Through SSI, the federal government makes monthly cash payments to qualifying low-income individuals who are over 65 years old, blind, or disabled. To receive SSI, an individual must be a “resident of the United States,” which the statute defines as the 50 states, the District of Columbia, and the Northern Mariana Islands.

According to the Court, “the Federal Government provides supplemental income assistance to covered residents of Puerto Rico through a different benefits program — one that is funded in part by the Federal Government and in part by Puerto Rico.” Residents of Puerto Rico don’t pay most federal income, gift, estate, and excise taxes.

When Jose Luis Vaello Madero moved from New York to Puerto Rico he was no longer eligible to receive SSI. He claimed excluding Puerto Rican residents from SSI is unconstitutional.

In a very brief opinion written by Justice Kavanaugh, the Court disagreed, citing the “text of the Constitution, longstanding historical practice, and this Court’s precedents.”

Regarding the constitution’s text, the Territory Clause states that Congress may “make all needful Rules and Regulations respecting the Territory . . . belonging to the United States.” According to Justice Kavanaugh, “[t]he text of the Clause affords Congress broad authority to legislate with respect to the U.S. Territories.”

Regarding precedent, in Califano v. Torres (1978) the Court held that Congress’s refusal to extend SSI to Puerto Rico didn’t violate the constitutional right to interstate travel. In that case, the Court applied the “deferential” rational-basis test and explained that Congress had exempted Puerto Rician residents from federal taxes. Likewise, in Harris v. Rosario (1980) “the Court again ruled that Congress’s differential treatment of Puerto Rico in a federal benefits program did not violate the Constitution — this time, the equal-protection component of the Fifth Amendment’s Due Process Clause.”

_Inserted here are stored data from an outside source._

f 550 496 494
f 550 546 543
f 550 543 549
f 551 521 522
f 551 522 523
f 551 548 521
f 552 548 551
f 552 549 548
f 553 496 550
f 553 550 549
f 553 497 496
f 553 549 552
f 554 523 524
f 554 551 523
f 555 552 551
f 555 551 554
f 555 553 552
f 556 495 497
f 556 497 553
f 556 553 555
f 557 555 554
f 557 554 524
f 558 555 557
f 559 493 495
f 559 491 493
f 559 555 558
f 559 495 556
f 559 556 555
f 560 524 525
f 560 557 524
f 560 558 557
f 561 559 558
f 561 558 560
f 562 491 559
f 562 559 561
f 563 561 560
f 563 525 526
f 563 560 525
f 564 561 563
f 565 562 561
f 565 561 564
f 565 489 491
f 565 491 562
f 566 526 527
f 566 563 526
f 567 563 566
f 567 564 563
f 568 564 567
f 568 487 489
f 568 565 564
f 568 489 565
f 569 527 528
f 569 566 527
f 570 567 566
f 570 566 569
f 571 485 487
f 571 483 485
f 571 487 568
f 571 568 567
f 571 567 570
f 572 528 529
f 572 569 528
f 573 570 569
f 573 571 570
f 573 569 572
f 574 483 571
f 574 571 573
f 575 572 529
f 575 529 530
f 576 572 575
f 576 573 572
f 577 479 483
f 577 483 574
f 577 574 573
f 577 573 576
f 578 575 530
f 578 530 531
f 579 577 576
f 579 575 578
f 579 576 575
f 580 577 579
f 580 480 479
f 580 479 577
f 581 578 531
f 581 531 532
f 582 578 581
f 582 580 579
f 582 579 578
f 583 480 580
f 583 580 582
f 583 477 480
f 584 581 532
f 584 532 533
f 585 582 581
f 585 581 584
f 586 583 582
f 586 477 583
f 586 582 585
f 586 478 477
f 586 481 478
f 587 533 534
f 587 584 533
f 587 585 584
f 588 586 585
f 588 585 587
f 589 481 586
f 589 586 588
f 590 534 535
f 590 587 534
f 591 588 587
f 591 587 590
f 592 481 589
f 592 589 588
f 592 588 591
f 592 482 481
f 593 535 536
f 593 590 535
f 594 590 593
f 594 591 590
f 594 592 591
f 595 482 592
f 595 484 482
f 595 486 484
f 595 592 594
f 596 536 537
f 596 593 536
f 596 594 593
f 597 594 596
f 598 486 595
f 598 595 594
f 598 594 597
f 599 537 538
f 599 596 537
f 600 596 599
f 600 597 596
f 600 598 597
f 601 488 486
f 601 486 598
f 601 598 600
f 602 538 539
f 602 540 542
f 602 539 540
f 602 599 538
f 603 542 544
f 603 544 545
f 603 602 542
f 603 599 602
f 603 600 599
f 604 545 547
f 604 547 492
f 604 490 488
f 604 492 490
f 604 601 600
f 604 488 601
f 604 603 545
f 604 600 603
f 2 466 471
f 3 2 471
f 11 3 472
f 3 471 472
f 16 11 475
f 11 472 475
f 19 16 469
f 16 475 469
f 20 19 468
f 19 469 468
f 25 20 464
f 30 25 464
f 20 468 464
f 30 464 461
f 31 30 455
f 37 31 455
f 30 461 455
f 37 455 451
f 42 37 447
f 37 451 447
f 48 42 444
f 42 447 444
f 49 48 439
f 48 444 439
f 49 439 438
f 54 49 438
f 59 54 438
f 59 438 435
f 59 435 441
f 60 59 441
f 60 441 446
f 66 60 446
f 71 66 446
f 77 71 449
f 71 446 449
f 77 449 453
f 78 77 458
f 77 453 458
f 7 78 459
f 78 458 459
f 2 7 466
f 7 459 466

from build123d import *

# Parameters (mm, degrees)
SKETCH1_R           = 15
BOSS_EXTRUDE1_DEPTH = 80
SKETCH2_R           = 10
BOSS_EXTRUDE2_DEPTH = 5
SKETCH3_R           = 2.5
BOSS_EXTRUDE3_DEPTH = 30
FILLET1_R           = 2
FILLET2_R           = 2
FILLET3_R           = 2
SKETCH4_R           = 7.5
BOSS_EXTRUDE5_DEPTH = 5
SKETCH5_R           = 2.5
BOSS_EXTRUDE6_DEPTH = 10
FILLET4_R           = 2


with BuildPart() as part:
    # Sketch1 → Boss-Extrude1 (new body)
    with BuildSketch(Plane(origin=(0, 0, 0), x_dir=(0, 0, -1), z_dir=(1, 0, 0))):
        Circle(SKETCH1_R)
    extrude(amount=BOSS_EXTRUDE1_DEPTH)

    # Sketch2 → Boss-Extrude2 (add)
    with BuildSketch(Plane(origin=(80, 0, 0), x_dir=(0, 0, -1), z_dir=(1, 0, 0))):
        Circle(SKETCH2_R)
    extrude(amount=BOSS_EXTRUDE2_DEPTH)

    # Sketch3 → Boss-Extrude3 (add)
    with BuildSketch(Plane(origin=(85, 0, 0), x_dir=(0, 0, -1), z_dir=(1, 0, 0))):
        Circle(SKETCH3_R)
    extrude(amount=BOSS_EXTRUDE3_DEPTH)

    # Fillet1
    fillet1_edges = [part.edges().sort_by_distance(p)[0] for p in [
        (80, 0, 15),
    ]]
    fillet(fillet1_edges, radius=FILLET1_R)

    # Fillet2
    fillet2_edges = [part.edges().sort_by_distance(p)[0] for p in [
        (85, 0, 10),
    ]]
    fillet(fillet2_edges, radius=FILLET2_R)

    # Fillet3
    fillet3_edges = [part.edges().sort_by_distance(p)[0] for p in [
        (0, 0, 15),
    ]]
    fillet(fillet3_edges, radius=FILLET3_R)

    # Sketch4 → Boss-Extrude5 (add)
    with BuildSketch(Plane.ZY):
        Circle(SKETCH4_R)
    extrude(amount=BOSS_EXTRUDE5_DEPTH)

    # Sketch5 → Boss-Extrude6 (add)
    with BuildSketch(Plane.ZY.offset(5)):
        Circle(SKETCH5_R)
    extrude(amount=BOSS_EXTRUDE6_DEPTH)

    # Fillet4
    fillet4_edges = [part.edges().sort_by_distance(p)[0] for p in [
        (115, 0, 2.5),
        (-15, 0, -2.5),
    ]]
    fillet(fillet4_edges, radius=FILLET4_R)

According to the Court, the above two cases determine the result in this case and that the rational-basis test applies. “Puerto Rico’s tax status — in particular, the fact that residents of Puerto Rico are typically exempt from most federal income, gift, estate, and excise taxes — supplies a rational basis for likewise distinguishing residents of Puerto Rico from residents of the States for purposes of the Supplemental Security Income benefits program.”

Justice Sotomayor dissented alone, opining “there is no rational basis for Congress to treat needy citizens living anywhere in the United States so differently from others. To hold otherwise, as the Court does, is irrational and antithetical to the very nature of the SSI program and the equal protection of citizens guaranteed by the Constitution.”